▸ **Study material**:

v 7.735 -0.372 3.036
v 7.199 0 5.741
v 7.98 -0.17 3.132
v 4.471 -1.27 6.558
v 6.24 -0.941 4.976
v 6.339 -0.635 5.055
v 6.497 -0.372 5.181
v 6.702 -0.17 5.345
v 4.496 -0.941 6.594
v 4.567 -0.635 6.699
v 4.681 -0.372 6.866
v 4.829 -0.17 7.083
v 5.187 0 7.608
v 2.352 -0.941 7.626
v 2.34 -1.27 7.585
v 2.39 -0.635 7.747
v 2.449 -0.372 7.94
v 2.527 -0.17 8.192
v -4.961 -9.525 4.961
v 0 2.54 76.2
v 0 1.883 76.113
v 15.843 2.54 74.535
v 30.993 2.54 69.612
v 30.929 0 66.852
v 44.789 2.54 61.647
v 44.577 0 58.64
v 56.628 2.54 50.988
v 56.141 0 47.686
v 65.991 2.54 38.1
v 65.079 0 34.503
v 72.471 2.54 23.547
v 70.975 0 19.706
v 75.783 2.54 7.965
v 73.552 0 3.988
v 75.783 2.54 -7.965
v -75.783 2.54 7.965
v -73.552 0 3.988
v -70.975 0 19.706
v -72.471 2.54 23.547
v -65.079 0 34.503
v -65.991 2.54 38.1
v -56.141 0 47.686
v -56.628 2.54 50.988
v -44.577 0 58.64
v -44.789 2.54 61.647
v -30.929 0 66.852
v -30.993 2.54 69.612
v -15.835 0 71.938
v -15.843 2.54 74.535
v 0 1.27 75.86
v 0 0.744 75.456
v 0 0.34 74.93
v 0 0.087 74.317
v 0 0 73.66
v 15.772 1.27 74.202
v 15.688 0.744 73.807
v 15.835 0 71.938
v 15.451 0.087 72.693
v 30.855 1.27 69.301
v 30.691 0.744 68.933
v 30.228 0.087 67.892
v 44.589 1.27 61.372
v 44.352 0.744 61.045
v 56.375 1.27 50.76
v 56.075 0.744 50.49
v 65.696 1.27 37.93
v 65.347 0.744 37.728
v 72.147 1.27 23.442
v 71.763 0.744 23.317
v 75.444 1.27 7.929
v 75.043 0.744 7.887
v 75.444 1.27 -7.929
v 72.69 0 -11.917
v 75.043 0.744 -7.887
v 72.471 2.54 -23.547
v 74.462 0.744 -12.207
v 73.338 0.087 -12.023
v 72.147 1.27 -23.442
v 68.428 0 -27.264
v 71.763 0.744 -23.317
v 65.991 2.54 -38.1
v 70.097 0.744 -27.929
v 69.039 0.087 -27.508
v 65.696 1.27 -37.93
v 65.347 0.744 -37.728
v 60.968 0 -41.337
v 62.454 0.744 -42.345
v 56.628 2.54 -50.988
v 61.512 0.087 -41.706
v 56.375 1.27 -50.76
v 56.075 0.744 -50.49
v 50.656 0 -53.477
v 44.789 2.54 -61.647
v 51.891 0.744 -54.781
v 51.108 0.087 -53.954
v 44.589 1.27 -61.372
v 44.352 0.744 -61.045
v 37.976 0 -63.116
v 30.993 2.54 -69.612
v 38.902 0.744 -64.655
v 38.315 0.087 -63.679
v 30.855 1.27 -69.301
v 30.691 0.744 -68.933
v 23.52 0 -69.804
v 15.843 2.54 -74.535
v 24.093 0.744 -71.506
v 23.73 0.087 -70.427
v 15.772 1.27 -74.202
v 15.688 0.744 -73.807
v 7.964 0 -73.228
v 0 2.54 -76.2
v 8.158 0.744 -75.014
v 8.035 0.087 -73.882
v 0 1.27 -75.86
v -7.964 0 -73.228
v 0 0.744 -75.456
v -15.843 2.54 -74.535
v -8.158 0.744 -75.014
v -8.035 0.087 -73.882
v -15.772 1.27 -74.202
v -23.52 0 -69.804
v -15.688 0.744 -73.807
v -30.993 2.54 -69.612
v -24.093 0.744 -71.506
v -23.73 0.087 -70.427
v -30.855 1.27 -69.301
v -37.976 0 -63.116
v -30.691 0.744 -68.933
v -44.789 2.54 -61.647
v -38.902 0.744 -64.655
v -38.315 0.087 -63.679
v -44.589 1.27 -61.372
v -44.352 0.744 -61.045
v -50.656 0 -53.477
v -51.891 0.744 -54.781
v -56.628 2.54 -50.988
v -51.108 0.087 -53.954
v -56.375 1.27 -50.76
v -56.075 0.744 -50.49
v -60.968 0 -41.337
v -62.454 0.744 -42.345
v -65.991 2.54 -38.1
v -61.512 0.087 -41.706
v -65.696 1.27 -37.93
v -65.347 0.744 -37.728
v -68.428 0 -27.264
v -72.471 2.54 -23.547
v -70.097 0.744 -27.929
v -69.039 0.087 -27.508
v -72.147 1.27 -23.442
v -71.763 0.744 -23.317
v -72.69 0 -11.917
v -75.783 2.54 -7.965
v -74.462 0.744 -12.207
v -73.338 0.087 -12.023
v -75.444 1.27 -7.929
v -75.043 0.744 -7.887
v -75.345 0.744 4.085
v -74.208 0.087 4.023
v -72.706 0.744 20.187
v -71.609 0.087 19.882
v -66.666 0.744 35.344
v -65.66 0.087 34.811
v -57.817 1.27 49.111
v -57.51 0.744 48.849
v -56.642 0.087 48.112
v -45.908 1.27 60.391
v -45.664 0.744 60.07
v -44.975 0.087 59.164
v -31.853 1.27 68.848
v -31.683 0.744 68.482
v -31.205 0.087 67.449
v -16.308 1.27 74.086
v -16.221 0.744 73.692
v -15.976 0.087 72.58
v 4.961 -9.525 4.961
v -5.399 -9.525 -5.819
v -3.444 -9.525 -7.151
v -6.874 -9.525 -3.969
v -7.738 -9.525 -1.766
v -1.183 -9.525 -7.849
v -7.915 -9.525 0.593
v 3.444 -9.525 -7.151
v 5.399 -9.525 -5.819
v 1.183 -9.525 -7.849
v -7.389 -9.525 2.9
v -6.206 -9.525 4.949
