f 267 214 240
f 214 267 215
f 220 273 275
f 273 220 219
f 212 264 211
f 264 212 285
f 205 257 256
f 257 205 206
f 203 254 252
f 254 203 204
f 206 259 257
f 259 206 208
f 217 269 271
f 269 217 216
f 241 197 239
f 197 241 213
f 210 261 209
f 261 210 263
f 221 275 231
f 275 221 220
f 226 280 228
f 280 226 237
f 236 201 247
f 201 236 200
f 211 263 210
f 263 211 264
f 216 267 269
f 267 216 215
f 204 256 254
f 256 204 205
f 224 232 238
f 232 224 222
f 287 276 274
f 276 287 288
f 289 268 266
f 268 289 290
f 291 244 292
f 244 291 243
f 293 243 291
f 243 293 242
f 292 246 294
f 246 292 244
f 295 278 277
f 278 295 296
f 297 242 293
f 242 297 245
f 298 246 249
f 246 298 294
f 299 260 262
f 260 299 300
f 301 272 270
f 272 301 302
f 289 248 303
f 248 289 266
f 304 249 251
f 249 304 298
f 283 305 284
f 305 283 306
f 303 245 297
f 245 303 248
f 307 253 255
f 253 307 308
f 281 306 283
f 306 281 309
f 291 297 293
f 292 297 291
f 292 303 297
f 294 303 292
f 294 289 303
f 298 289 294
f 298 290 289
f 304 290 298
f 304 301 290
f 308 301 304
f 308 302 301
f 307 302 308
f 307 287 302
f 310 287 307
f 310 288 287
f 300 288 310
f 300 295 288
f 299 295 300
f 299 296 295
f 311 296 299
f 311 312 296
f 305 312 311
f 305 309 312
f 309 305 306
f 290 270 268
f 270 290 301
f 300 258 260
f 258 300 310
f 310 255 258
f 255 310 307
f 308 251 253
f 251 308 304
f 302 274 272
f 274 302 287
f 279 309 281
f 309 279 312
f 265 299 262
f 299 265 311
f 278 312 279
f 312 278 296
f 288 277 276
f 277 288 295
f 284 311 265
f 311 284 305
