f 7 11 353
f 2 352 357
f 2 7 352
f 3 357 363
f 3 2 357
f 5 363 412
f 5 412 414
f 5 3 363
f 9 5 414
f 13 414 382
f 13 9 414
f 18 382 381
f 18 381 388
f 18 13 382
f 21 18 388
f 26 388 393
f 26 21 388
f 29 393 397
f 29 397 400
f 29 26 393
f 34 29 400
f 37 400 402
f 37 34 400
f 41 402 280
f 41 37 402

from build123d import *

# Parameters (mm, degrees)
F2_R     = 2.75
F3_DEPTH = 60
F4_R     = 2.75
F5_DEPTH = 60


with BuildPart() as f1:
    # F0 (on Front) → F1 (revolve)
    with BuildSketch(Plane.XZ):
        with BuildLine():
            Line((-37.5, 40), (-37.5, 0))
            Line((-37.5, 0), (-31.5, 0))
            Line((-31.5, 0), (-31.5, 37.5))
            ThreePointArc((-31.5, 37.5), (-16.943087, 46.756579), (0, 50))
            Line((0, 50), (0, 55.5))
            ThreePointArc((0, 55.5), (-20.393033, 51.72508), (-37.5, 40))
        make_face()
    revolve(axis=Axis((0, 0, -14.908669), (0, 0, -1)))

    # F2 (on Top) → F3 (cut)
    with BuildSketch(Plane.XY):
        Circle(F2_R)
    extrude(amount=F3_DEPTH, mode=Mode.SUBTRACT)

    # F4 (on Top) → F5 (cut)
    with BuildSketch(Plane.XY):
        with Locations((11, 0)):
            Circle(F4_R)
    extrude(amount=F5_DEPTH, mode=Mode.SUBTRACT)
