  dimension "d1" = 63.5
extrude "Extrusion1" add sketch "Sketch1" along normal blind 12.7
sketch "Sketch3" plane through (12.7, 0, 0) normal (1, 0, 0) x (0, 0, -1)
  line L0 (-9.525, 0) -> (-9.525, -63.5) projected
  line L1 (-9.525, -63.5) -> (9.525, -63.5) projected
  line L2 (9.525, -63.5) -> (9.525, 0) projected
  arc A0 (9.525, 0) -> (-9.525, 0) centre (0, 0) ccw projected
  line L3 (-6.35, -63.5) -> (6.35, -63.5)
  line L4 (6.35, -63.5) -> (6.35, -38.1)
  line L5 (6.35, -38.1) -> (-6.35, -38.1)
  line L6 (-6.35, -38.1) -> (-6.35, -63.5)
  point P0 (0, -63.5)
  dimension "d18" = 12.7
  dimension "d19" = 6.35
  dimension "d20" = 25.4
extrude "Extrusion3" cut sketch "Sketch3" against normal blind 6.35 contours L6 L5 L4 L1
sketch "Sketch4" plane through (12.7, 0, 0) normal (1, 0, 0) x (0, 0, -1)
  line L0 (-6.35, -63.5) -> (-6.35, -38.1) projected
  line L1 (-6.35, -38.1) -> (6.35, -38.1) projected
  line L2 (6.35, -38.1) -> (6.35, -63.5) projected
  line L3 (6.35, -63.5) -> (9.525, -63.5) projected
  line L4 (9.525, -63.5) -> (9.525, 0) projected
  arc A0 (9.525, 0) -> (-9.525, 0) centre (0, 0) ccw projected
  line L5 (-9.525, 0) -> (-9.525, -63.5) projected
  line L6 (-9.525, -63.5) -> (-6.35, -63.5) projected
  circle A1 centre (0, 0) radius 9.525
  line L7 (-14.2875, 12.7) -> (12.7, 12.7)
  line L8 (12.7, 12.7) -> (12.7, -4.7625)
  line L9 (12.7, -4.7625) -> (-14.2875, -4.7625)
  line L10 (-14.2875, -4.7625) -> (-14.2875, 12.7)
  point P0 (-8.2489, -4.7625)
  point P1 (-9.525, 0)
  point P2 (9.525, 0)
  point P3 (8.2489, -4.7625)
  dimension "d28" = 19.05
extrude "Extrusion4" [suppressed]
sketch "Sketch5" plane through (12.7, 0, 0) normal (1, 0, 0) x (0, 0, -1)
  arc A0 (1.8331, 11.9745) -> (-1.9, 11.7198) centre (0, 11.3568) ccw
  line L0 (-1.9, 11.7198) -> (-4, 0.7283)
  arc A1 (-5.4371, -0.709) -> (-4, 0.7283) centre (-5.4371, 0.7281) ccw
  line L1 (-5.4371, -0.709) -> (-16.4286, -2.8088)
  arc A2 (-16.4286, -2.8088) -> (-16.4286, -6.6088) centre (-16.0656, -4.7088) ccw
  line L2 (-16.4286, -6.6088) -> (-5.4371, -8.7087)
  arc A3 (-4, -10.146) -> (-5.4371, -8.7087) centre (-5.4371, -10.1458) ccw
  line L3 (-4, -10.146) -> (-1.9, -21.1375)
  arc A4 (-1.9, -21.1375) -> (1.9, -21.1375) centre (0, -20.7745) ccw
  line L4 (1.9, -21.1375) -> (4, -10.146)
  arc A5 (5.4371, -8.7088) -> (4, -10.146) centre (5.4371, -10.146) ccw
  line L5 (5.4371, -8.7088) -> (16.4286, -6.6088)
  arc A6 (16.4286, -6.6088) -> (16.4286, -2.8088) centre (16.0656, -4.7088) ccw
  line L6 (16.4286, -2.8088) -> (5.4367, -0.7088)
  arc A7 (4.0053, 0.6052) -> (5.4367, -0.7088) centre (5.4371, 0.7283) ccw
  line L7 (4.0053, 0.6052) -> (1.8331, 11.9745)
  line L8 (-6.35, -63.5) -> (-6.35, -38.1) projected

▸ **Task to carry out**: Within the material above, the line with "v -15.688 0.744 -73.807" opens the range and the line with "v -16.308 1.27 74.086" closes it; reproduce that range word for word.

▸ **Answer for this exercise**:
v -15.688 0.744 -73.807
v -30.993 2.54 -69.612
v -24.093 0.744 -71.506
v -23.73 0.087 -70.427
v -30.855 1.27 -69.301
v -37.976 0 -63.116
v -30.691 0.744 -68.933
v -44.789 2.54 -61.647
v -38.902 0.744 -64.655
v -38.315 0.087 -63.679
v -44.589 1.27 -61.372
v -44.352 0.744 -61.045
v -50.656 0 -53.477
v -51.891 0.744 -54.781
v -56.628 2.54 -50.988
v -51.108 0.087 -53.954
v -56.375 1.27 -50.76
v -56.075 0.744 -50.49
v -60.968 0 -41.337
v -62.454 0.744 -42.345
v -65.991 2.54 -38.1
v -61.512 0.087 -41.706
v -65.696 1.27 -37.93
v -65.347 0.744 -37.728
v -68.428 0 -27.264
v -72.471 2.54 -23.547
v -70.097 0.744 -27.929
v -69.039 0.087 -27.508
v -72.147 1.27 -23.442
v -71.763 0.744 -23.317
v -72.69 0 -11.917
v -75.783 2.54 -7.965
v -74.462 0.744 -12.207
v -73.338 0.087 -12.023
v -75.444 1.27 -7.929
v -75.043 0.744 -7.887
v -75.345 0.744 4.085
v -74.208 0.087 4.023
v -72.706 0.744 20.187
v -71.609 0.087 19.882
v -66.666 0.744 35.344
v -65.66 0.087 34.811
v -57.817 1.27 49.111
v -57.51 0.744 48.849
v -56.642 0.087 48.112
v -45.908 1.27 60.391
v -45.664 0.744 60.07
v -44.975 0.087 59.164
v -31.853 1.27 68.848
v -31.683 0.744 68.482
v -31.205 0.087 67.449
v -16.308 1.27 74.086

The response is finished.